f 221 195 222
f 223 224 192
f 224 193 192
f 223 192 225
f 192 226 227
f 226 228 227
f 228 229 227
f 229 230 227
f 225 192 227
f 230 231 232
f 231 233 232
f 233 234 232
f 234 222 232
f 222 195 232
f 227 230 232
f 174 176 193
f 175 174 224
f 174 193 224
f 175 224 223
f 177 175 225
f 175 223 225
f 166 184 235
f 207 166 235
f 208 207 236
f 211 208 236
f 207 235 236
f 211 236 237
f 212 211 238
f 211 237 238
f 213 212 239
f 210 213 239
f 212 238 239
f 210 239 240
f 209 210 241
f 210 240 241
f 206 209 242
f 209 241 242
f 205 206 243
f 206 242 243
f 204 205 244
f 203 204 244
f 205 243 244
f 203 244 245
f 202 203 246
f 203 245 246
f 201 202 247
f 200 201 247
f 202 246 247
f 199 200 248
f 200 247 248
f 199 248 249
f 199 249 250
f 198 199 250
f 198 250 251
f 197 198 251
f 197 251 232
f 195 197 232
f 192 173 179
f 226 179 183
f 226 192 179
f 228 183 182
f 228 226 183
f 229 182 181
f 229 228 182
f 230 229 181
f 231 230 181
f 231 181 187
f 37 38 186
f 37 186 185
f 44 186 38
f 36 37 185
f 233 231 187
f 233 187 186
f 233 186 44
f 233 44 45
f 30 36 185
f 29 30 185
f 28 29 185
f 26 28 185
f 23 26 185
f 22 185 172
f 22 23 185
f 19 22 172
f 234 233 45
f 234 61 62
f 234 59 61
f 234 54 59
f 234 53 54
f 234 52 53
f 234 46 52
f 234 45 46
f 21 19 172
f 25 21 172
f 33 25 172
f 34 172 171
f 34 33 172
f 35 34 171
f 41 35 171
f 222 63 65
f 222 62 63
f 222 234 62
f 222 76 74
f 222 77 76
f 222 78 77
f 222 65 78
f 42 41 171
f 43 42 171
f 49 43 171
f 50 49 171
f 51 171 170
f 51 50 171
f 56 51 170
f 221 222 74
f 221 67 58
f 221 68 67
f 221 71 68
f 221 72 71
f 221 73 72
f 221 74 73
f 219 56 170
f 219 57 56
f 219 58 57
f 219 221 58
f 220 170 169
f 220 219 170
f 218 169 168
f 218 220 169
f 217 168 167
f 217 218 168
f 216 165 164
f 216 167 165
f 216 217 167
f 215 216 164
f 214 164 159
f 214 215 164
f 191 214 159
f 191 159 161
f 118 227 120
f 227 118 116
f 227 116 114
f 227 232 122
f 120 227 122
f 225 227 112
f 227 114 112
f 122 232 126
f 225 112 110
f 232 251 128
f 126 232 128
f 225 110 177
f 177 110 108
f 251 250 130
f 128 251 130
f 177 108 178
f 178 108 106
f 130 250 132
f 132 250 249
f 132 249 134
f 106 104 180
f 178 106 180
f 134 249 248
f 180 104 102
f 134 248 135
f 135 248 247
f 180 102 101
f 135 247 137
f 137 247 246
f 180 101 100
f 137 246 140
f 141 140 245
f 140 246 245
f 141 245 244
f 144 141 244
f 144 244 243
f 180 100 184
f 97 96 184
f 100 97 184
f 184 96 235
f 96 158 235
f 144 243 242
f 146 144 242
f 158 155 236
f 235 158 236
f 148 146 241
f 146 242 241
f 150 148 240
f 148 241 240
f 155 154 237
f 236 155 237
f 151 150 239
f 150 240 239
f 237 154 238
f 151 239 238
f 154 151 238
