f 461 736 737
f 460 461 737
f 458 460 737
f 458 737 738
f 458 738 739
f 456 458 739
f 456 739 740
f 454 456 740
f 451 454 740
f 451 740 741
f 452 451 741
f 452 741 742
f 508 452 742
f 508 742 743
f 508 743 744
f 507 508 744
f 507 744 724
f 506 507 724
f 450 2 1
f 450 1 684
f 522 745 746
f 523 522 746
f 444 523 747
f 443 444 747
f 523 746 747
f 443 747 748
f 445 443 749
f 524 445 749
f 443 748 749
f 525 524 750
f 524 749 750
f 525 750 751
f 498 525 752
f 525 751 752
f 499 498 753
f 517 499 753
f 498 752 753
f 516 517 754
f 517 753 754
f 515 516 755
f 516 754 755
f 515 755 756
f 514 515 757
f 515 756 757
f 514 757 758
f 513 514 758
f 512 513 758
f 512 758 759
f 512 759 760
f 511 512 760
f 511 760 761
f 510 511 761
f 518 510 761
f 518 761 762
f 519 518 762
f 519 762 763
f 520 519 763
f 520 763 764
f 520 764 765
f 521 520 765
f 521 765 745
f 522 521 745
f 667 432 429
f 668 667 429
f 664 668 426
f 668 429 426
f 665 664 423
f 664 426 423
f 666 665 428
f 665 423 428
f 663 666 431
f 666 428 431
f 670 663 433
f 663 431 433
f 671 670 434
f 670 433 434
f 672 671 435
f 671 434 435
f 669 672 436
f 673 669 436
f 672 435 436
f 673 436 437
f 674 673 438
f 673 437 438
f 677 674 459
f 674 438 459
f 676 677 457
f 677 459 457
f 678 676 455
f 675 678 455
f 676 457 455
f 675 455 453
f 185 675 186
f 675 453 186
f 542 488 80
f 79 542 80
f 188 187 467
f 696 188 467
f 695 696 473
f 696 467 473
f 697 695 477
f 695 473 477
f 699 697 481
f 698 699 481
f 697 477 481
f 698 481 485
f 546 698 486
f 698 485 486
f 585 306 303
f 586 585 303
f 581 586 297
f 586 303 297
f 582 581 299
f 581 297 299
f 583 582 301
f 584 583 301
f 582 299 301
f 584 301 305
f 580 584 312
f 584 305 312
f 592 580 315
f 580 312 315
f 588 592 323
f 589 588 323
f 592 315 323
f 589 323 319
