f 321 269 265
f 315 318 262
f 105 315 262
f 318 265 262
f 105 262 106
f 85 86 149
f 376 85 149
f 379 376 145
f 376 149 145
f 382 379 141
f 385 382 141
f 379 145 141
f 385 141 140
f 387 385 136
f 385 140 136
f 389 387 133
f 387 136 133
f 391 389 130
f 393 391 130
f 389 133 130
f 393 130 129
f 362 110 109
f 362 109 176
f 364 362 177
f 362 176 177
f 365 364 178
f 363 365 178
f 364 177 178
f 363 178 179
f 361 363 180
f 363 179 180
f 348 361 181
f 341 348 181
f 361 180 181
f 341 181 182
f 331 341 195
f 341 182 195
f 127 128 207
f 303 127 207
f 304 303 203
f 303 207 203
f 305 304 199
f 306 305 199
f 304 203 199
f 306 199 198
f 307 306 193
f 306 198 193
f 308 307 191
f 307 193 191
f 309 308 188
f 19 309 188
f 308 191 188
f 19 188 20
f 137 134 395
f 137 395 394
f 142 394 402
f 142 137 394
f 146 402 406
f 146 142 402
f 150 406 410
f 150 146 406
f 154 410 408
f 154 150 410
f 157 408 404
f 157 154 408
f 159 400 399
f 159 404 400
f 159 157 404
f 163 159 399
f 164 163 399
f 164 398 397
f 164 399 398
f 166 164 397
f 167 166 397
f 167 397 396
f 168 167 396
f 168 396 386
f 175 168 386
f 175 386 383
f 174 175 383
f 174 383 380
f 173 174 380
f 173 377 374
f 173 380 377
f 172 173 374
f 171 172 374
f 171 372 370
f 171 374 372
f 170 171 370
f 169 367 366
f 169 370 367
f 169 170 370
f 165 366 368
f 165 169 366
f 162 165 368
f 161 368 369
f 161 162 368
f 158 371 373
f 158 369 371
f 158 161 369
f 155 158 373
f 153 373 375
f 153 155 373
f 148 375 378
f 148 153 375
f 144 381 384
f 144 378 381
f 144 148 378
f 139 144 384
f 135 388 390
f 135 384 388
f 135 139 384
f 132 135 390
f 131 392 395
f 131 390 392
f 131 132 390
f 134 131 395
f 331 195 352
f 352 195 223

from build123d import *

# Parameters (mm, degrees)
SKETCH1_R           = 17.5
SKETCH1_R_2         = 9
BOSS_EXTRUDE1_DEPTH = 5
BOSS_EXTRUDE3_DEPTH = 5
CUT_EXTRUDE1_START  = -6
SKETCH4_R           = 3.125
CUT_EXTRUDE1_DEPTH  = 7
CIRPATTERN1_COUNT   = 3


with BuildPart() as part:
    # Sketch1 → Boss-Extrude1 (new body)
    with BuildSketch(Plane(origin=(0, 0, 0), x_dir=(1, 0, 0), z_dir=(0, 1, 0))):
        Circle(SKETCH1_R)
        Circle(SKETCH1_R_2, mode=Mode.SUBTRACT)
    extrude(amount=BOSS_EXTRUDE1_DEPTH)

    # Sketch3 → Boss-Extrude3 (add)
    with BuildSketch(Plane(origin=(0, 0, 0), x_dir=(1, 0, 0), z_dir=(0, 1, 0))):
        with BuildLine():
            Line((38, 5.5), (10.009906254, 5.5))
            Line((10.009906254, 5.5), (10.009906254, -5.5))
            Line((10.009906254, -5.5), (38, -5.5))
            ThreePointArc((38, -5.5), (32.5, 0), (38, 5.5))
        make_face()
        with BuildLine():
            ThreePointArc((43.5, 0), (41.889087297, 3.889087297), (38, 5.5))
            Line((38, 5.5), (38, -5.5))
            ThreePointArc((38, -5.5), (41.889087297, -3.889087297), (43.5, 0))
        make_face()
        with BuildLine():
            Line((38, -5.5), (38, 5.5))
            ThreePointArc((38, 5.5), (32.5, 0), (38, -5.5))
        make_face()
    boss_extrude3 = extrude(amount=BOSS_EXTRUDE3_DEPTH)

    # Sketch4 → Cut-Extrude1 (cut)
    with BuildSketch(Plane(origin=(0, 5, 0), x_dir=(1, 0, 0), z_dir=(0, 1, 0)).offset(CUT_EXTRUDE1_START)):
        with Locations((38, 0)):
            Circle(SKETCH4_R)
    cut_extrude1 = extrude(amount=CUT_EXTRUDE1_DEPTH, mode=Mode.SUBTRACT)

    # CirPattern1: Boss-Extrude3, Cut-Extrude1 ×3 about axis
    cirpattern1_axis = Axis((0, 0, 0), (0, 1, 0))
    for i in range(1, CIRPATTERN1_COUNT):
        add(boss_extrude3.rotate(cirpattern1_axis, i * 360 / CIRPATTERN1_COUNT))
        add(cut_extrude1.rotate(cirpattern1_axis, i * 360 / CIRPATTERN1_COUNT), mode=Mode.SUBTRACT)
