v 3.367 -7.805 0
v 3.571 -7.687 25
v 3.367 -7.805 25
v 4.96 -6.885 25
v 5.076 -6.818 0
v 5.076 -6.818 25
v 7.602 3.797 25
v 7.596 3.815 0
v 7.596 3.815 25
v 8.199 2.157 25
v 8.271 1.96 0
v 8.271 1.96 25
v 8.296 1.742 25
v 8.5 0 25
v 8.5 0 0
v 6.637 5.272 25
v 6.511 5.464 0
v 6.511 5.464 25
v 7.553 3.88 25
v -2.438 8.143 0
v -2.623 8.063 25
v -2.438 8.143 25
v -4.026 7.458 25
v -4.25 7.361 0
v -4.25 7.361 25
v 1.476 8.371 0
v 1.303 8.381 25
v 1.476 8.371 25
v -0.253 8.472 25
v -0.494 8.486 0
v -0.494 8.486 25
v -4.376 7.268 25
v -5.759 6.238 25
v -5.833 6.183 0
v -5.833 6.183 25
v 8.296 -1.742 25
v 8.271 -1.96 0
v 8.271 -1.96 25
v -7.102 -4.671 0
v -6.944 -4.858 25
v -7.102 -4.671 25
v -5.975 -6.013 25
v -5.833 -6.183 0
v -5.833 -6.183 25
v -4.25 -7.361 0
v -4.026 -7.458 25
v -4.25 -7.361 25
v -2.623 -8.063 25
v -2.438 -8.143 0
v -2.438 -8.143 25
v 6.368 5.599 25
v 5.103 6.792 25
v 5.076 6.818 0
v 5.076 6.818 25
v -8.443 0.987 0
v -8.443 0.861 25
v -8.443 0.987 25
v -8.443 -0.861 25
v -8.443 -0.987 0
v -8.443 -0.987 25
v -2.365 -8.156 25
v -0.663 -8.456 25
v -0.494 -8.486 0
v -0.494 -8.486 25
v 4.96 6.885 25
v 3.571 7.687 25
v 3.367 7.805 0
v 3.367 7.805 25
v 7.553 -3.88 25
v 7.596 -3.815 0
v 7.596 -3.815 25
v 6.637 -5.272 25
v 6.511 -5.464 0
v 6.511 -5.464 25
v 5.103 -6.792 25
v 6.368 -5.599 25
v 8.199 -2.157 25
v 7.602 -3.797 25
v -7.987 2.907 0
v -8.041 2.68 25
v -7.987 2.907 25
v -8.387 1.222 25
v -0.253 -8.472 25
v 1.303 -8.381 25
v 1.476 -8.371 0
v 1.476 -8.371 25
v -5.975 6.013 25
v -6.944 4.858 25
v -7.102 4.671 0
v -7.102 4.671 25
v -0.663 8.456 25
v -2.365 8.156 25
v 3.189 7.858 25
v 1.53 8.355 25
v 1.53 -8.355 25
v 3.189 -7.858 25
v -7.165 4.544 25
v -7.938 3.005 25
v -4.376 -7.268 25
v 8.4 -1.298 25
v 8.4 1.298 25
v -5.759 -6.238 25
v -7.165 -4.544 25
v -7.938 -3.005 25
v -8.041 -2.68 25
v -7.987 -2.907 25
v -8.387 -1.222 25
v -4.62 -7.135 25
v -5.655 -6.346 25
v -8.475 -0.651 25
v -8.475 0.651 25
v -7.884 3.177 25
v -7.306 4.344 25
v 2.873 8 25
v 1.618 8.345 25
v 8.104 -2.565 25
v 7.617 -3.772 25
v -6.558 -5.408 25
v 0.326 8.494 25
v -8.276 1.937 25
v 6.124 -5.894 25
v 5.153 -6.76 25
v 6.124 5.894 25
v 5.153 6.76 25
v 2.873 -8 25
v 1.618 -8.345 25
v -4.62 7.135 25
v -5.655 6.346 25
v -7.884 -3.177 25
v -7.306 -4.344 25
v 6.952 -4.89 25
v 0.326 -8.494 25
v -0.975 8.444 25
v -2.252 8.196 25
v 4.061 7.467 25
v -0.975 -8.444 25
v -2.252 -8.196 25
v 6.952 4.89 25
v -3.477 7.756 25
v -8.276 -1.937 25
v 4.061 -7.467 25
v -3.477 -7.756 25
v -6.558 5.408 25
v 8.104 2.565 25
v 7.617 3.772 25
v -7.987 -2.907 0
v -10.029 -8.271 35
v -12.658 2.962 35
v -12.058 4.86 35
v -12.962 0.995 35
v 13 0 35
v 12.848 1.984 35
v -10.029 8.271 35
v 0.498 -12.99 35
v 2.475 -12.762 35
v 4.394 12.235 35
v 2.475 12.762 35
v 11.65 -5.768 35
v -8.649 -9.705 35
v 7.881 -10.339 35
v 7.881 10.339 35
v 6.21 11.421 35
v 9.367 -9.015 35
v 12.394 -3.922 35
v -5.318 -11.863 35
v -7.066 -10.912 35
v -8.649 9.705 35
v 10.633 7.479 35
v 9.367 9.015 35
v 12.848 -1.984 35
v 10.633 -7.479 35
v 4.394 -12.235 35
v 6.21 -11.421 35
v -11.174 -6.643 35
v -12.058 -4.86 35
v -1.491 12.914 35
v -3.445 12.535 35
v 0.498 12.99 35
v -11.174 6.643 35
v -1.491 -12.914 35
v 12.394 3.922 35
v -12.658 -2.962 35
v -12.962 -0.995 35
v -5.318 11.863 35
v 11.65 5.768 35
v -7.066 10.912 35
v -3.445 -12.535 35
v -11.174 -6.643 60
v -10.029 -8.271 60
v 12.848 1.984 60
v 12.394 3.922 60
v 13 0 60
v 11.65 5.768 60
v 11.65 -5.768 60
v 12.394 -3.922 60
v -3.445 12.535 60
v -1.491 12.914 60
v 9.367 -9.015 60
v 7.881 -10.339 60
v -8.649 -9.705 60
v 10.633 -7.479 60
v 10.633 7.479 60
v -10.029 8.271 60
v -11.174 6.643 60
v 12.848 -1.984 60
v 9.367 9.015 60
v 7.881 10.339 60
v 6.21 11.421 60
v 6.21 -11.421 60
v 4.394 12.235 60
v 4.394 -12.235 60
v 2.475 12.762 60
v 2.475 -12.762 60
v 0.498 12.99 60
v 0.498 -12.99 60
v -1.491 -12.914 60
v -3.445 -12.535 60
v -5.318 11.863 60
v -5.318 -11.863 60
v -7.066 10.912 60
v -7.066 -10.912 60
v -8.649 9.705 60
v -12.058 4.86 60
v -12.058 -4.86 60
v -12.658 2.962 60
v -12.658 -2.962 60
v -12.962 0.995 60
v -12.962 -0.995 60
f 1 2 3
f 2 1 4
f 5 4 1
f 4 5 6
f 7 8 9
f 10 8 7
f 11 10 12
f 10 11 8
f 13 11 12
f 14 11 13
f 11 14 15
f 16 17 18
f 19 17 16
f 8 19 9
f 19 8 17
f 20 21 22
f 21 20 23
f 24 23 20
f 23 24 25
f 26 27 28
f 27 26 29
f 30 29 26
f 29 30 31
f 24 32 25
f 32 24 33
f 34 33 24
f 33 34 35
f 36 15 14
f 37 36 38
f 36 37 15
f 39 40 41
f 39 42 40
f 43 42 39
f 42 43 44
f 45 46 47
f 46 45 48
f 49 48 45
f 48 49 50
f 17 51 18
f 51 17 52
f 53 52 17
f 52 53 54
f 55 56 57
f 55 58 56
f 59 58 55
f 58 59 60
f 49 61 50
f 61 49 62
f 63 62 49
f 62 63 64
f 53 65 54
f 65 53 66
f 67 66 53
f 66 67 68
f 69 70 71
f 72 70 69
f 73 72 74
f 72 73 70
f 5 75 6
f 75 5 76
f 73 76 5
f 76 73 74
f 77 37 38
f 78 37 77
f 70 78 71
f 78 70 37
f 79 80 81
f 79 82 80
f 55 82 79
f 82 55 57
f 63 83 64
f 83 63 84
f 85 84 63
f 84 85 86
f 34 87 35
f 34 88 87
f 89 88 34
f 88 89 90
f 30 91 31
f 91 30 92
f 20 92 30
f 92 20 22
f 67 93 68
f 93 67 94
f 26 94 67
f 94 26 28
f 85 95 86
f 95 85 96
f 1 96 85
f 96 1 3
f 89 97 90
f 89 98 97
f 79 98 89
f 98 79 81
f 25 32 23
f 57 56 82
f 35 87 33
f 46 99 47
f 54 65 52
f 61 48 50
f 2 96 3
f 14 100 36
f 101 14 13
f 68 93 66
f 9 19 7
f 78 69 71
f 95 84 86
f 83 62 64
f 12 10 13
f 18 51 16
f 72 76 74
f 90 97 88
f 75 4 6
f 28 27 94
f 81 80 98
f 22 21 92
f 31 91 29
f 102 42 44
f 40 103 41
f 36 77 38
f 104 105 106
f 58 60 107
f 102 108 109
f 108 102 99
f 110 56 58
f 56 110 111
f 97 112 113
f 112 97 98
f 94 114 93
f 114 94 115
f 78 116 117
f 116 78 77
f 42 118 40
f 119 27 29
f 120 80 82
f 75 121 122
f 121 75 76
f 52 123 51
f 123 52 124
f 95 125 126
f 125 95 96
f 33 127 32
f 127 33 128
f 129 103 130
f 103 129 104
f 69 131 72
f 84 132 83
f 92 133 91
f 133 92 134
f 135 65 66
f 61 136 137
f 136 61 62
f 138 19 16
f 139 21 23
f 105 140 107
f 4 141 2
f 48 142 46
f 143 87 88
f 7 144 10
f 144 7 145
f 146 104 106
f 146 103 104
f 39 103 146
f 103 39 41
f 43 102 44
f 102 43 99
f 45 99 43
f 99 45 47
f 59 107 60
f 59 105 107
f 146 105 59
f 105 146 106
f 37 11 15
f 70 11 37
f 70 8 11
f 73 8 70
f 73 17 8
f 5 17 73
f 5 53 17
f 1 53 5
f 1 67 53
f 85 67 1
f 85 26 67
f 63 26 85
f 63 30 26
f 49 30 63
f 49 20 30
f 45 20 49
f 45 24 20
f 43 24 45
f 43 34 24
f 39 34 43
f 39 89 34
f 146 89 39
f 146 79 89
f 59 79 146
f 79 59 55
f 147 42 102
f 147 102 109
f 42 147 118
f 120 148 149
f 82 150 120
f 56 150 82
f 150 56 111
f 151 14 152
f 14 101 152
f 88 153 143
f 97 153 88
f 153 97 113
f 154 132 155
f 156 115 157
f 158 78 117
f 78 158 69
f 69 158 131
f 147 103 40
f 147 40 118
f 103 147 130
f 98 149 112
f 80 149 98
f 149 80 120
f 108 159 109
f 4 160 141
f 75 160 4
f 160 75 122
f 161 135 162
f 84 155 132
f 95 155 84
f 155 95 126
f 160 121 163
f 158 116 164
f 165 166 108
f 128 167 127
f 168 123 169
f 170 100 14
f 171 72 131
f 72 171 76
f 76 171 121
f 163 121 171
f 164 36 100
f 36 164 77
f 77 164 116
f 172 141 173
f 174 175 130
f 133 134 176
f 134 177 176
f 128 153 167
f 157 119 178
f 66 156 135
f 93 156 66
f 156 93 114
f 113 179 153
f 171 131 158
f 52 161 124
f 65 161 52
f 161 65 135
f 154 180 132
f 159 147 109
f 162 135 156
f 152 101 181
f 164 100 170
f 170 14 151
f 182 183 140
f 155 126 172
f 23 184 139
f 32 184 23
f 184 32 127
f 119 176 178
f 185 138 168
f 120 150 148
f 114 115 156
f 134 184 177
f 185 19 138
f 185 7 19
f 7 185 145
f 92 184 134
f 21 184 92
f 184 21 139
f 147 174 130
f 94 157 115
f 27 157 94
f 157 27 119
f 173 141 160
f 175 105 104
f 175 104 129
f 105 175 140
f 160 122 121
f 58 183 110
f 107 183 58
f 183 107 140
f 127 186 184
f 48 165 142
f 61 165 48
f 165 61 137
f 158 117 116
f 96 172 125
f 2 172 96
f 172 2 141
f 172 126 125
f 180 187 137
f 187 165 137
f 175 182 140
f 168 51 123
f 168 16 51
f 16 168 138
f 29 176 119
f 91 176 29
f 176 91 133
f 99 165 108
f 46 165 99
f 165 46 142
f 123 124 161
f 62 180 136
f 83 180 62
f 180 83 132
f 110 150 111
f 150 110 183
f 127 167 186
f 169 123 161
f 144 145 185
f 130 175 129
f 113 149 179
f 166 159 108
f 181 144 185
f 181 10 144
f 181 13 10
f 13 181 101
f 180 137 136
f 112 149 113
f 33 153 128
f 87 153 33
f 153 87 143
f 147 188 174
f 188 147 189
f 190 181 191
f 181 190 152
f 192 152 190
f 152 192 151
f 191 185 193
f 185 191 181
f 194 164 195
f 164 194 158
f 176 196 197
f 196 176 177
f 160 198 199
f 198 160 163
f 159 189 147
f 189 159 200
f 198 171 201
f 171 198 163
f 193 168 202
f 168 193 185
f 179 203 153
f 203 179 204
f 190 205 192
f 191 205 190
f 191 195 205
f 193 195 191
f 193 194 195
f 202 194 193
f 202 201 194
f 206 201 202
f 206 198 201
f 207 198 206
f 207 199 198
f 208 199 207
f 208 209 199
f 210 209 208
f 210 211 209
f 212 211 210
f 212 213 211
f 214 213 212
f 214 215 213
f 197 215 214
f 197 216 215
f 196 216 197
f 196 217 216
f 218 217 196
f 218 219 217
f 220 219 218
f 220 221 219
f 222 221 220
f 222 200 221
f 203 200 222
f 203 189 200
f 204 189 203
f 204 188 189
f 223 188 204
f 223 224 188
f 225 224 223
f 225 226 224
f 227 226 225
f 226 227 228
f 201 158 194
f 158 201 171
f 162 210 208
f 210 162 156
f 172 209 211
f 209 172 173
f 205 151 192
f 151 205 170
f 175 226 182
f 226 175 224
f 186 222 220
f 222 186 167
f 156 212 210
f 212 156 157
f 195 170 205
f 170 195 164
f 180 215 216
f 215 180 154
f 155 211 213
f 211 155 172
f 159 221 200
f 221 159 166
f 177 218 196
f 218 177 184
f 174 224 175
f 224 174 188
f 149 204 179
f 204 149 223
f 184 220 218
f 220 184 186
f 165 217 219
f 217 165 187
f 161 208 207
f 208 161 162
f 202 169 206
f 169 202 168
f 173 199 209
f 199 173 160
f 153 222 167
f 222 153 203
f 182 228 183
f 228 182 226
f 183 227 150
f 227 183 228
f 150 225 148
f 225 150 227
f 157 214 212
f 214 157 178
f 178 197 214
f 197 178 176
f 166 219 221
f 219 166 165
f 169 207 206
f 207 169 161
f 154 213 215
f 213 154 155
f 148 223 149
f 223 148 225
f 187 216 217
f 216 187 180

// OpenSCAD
/* [General Settings] */

// Outer diameter of the top bottle, give 2mm tolerance
dia_outer =  26.0;  // .1

// Inner diameter of the bottom bottle, give 2mm tolerance
dia_inner =  17.0;  // .1

/* [Advanced] */

// You need approx 10mm to transition from large to small
transition = 10.0;  // .1

// Height of each side: 25mm keeps the bottles balancing without support
height     = 25.0;  // .1


// MAIN CODE
module main_code() {
    translate([0,0,0])
    cylinder(h=height, d=dia_inner, center=false, $fa=1);

    translate([0,0,height])
    cylinder(h=transition, d1=dia_inner, d2=dia_outer, center=false, $fa=1);

    translate([0,0,transition+height])
    cylinder(h=height, d=dia_outer, center=false, $fa=1);
}
main_code();



// PARAMETRIC SHUNNEL: SHAMPOO FUNNEL
//
// For decanting shampoo from one bottle to another.
//
// Author: RobotAnna
// https://www.printables.com/@RobotAnna
// 
// CC Public Domain
// http://creativecommons.org/publicdomain/zero/1.0/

--

**What you need to do**
From the line that has "f 191 185 193" through the line that has "f 202 201 194", copy every line exactly as it appears above, and leave out all others.

**Solution to this task**
f 191 185 193
f 185 191 181
f 194 164 195
f 164 194 158
f 176 196 197
f 196 176 177
f 160 198 199
f 198 160 163
f 159 189 147
f 189 159 200
f 198 171 201
f 171 198 163
f 193 168 202
f 168 193 185
f 179 203 153
f 203 179 204
f 190 205 192
f 191 205 190
f 191 195 205
f 193 195 191
f 193 194 195
f 202 194 193
f 202 201 194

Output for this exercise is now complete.